而到了2019年的时候，非结构数据更多了，在非结构化数据上花的钱也比结构化数据更多了（如chatgpt）

这让信息检索比以前更重要了

数据库记录（或关系数据库中的元组tuple）通常由定义良好的字段field(或属性attribute)组成。数据库( fields with well-defined semantics)查询很容易，文本(text or documents)较难。

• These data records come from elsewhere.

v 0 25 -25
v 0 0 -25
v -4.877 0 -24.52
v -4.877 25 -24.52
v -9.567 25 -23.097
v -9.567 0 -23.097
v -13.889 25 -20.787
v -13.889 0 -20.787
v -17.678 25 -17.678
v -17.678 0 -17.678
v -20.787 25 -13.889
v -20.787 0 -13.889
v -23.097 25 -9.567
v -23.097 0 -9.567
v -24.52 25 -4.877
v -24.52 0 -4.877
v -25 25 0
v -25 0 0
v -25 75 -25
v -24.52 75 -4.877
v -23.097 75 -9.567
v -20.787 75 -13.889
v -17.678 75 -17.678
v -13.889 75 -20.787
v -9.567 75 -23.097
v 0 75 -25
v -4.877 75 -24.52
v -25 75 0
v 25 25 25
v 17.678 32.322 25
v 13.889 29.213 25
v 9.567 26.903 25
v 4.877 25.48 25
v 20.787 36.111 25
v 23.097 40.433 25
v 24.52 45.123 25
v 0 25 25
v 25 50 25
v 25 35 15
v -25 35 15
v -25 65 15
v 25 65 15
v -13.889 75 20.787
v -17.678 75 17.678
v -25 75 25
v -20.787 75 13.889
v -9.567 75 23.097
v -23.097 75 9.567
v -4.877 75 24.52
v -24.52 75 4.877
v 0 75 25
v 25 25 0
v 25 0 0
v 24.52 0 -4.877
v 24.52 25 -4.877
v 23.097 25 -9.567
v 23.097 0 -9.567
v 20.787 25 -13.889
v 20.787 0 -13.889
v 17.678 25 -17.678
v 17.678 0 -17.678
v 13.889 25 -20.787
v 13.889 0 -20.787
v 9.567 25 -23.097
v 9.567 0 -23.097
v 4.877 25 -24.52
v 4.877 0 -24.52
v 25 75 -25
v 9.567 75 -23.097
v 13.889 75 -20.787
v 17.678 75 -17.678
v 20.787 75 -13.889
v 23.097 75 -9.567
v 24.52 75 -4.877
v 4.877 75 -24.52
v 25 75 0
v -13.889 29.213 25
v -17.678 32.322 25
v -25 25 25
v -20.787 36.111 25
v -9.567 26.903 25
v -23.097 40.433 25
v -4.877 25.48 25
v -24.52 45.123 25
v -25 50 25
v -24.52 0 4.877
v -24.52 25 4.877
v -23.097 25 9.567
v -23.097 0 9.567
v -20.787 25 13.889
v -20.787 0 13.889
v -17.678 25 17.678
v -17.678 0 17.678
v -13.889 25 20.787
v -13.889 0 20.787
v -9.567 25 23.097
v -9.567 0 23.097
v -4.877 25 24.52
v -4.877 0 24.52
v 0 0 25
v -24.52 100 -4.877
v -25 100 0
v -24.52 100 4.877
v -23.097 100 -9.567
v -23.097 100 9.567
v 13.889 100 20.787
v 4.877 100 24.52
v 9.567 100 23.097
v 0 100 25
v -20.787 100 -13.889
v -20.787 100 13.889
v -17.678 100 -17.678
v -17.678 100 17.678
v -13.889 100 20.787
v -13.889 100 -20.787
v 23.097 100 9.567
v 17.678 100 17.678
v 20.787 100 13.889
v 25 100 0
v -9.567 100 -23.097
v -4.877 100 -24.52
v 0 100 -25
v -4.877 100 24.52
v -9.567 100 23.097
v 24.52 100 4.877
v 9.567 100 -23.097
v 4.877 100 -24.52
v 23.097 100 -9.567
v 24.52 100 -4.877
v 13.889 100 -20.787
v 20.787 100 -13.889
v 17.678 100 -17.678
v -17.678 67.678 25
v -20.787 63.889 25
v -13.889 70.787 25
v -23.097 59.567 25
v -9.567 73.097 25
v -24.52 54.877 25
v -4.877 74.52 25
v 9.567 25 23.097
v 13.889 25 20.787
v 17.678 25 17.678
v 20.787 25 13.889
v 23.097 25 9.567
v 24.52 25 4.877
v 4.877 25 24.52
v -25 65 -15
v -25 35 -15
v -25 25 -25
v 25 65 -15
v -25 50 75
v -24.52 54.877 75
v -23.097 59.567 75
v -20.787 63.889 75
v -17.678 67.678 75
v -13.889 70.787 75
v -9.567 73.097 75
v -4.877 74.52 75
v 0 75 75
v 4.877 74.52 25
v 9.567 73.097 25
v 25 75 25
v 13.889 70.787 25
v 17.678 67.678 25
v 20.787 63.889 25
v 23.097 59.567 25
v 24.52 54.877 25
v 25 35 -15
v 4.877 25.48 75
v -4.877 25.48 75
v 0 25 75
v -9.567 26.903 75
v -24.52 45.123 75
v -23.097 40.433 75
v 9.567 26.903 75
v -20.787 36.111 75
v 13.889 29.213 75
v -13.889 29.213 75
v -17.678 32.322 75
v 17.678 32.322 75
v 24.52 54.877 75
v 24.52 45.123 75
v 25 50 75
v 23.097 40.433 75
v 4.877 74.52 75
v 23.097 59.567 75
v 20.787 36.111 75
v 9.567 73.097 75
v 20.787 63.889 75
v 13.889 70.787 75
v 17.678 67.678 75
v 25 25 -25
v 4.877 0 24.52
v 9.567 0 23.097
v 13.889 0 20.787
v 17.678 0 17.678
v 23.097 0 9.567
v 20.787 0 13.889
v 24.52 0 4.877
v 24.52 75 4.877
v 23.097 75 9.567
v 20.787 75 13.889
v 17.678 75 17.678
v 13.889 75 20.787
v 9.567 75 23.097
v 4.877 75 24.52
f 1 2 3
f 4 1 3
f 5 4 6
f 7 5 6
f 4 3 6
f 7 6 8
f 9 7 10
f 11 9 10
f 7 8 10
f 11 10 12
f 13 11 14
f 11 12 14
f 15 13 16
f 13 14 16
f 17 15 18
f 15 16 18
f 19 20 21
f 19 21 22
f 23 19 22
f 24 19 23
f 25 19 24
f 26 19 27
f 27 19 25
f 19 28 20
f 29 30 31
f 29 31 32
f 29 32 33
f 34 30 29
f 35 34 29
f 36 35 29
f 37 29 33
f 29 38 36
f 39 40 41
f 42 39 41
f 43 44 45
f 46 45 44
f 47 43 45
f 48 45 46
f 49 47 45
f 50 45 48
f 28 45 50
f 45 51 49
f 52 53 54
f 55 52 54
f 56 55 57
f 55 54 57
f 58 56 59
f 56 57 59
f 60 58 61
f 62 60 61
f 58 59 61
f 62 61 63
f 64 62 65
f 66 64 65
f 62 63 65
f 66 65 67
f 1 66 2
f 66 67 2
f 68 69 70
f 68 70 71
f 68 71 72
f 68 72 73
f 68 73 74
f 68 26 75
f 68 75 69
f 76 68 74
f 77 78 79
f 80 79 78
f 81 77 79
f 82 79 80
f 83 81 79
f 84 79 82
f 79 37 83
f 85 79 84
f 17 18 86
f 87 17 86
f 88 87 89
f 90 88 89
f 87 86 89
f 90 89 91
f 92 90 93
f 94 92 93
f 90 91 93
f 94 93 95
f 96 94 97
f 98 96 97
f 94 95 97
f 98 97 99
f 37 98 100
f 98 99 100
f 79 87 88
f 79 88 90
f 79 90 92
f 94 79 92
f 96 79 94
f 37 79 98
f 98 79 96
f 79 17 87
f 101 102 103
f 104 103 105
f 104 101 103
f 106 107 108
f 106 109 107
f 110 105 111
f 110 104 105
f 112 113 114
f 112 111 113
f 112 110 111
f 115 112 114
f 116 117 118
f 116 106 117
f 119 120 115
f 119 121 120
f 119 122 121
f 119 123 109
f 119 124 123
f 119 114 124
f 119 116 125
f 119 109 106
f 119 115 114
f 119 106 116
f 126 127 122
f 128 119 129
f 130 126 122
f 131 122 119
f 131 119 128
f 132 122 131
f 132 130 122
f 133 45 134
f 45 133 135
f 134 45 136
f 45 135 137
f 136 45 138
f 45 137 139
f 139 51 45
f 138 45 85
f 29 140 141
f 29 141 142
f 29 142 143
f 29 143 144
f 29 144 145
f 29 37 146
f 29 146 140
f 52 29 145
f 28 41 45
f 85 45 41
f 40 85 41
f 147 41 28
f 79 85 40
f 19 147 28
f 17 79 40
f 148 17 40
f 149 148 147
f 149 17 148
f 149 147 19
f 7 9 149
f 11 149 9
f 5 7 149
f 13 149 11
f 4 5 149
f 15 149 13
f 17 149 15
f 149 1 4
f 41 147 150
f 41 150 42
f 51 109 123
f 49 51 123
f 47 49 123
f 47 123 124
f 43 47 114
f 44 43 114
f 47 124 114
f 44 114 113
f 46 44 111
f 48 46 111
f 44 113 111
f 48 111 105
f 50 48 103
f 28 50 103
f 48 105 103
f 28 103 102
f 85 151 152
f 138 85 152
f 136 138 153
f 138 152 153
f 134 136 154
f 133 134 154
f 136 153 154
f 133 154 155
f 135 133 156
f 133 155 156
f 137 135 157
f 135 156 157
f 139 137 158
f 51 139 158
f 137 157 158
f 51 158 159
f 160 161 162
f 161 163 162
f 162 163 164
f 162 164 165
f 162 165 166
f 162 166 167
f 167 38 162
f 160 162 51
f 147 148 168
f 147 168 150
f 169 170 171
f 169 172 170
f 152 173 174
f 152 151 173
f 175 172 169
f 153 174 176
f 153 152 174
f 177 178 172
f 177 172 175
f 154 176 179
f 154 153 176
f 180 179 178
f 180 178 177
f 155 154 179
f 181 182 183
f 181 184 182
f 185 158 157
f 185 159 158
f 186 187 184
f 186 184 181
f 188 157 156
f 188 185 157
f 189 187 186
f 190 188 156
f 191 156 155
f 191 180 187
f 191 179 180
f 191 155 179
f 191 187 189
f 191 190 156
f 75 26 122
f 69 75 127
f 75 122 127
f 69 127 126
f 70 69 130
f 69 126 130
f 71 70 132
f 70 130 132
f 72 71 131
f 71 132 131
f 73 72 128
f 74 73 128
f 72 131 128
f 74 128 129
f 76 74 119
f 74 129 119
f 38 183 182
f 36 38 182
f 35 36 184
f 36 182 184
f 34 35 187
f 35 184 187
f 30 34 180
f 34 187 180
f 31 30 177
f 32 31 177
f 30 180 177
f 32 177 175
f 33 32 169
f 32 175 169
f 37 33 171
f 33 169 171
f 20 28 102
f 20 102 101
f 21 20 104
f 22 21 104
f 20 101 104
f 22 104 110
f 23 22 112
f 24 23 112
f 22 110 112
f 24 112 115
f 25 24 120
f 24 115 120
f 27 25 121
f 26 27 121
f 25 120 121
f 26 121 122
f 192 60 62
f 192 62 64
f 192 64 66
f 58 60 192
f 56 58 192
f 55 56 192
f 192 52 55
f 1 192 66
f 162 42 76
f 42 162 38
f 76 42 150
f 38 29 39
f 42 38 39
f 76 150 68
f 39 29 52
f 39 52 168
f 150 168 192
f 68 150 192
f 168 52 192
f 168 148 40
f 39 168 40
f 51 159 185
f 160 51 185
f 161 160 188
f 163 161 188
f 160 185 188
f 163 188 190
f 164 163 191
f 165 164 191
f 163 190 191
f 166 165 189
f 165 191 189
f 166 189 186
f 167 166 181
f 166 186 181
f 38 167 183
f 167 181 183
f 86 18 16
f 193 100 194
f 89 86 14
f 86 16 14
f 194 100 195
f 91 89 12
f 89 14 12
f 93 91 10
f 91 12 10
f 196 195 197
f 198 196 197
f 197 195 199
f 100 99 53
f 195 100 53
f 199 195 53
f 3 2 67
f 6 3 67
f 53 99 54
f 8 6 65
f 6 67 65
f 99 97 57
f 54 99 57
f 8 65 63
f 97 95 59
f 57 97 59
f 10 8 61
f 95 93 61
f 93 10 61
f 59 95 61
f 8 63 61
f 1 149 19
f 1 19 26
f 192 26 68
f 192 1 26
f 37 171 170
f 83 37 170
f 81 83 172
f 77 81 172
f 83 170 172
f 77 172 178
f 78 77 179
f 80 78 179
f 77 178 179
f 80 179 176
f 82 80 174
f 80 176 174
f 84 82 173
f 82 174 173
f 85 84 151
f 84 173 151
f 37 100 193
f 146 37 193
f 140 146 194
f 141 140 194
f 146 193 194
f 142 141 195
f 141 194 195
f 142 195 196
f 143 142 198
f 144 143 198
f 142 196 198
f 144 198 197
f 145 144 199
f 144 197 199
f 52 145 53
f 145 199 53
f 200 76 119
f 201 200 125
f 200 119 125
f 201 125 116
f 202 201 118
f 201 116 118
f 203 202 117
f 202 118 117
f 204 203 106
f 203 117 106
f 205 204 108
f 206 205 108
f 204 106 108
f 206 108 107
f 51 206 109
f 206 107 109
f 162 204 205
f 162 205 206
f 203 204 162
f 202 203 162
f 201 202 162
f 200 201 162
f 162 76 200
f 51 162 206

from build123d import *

# Parameters (mm, degrees)
SKETCH1_W           = 50
SKETCH1_H           = 50
BOSS_EXTRUDE1_DEPTH = 100
SKETCH2_W           = 50
SKETCH2_H           = 50
BOSS_EXTRUDE2_DEPTH = 50
CUT_EXTRUDE1_DEPTH  = 50
CUT_EXTRUDE3_DEPTH  = 25
CUT_EXTRUDE4_DEPTH  = 25
CUT_EXTRUDE5_REACH  = 52
SKETCH6_W           = 30
SKETCH6_H           = 30


with BuildPart() as part:
    # Sketch1 → Boss-Extrude1 (new body)
    with BuildSketch(Plane(origin=(0, 0, 0), x_dir=(1, 0, 0), z_dir=(0, 1, 0))):
        Rectangle(SKETCH1_W, SKETCH1_H)
    extrude(amount=BOSS_EXTRUDE1_DEPTH)

    # Sketch2 → Boss-Extrude2 (add)
    with BuildSketch(Plane.XY.offset(25)):
        with Locations((0, 50)):
            Rectangle(SKETCH2_W, SKETCH2_H)
    extrude(amount=BOSS_EXTRUDE2_DEPTH)

    # Sketch3 → Cut-Extrude1 (cut)
    with BuildSketch(Plane.XY.offset(75)):
        with BuildLine():
            Line((8.4e-08, 75), (-25, 75))
            Line((-25, 75), (-25, 49.999999966))
            ThreePointArc((-25, 49.999999966), (-17.677669512, 67.677669547), (8.4e-08, 75))
        make_face()
        with BuildLine():
            Line((25, 75), (8.4e-08, 75))
            ThreePointArc((8.4e-08, 75), (17.677669559, 67.6776695), (25, 50))
            Line((25, 50), (25, 75))
        make_face()
        with BuildLine():
            Line((25, 25), (25, 50))
            ThreePointArc((25, 50), (17.677669509, 32.32233045), (-5.8e-08, 25))
            Line((-5.8e-08, 25), (25, 25))
        make_face()
        with BuildLine():
            ThreePointArc((-5.8e-08, 25), (-17.677669538, 32.322330479), (-25, 49.999999966))
            Line((-25, 49.999999966), (-25, 25))
            Line((-25, 25), (-5.8e-08, 25))
        make_face()
    extrude(amount=-CUT_EXTRUDE1_DEPTH, mode=Mode.SUBTRACT)

    # Sketch4 → Cut-Extrude3 (cut)
    with BuildSketch(Plane(origin=(0, 100, 0), x_dir=(1, 0, 0), z_dir=(0, 1, 0))):
        with BuildLine():
            ThreePointArc((0, -25), (-17.67766954, -17.677669519), (-25, 3e-08))
            Line((-25, 3e-08), (-25, -25))
            Line((-25, -25), (0, -25))
        make_face()
        with BuildLine():
            Line((0, 25), (-25, 25))
            Line((-25, 25), (-25, 3e-08))
            ThreePointArc((-25, 3e-08), (-17.677669519, 17.67766954), (0, 25))
        make_face()
        with BuildLine():
            Line((25, 25), (0, 25))
            ThreePointArc((0, 25), (17.67766953, 17.67766953), (25, 0))
            Line((25, 0), (25, 25))
        make_face()
        with BuildLine():
            Line((25, -25), (25, 0))
            ThreePointArc((25, 0), (17.67766953, -17.67766953), (0, -25))
            Line((0, -25), (25, -25))
        make_face()
    extrude(amount=-CUT_EXTRUDE3_DEPTH, mode=Mode.SUBTRACT)

    # Sketch5 → Cut-Extrude4 (cut)
    with BuildSketch(Plane.XZ):
        with BuildLine():
            Line((-2e-08, 25), (-25, 25))
            Line((-25, 25), (-25, 1e-09))
            ThreePointArc((-25, 1e-09), (-17.677669536, 17.677669523), (-2e-08, 25))
        make_face()
        with BuildLine():
            Line((25, 25), (-2e-08, 25))
            ThreePointArc((-2e-08, 25), (17.677669523, 17.677669537), (25, 0))
            Line((25, 0), (25, 25))
        make_face()
        with BuildLine():
            Line((25, -25), (25, 0))
            ThreePointArc((25, 0), (17.67766952, -17.677669539), (-2.6e-08, -25))
            Line((-2.6e-08, -25), (25, -25))
        make_face()
        with BuildLine():
            ThreePointArc((-2.6e-08, -25), (-17.677669539, -17.67766952), (-25, 1e-09))
            Line((-25, 1e-09), (-25, -25))
            Line((-25, -25), (-2.6e-08, -25))
        make_face()
    extrude(amount=-CUT_EXTRUDE4_DEPTH, mode=Mode.SUBTRACT)

    # Sketch6 → Cut-Extrude5 (cut, up to next)
    with BuildSketch(Plane.ZY.offset(25), mode=Mode.PRIVATE) as cut_extrude5_sk1:
        with Locations((0, 50)):
            Rectangle(SKETCH6_W, SKETCH6_H)
    cut_extrude5_tool1 = extrude(cut_extrude5_sk1.sketch, amount=-CUT_EXTRUDE5_REACH, mode=Mode.PRIVATE) & part.part
    add(cut_extrude5_tool1.solids().sort_by_distance((-25, 50, 0))[0], mode=Mode.SUBTRACT)


solid = part.part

将查询文本(query text)与文档文本(document text)进行比较，确定什么是好的匹配，是信息检索的核心问题(core issue)。

IR不仅仅是文本和网络搜索（虽然在这门课上是核心）

动态查询(Ad-hoc search)：查找任意文本(arbitrary text)查询的相关文档
筛选(Filtering):又名信息传播(aka information dissemination)，为新文档识别相关用户的profile(比如你告诉你的社交媒体你喜欢动漫，它可能以后会给你推这方面的)
分类(Classification)：识别文档相关的标签
问题回答(Question answering)：对问题给出一个具体的答案

accuracy不是信息检索的词，accuracy很误导，我们不用accuracy来衡量信息检索而是Precision和Recall

Precision ：fraction of retrieved docs that are relevant = P (relevant|retrieved)
你搜索到的有多少是正确的样本？
Recall ：fraction of relevant docs that are retrieved = P (retrieved|relevant)
在正确的样本中有多少正确的样本被搜索到了？
所以一个是关于retrieve，另一个是关于collection
- tp:true positive(相关，并且搜索到了)
- fp:false positive
- fn:false negative
- tn:true negative(不相关，并且没搜索到)
  all the true are good stuff, all the false you don't like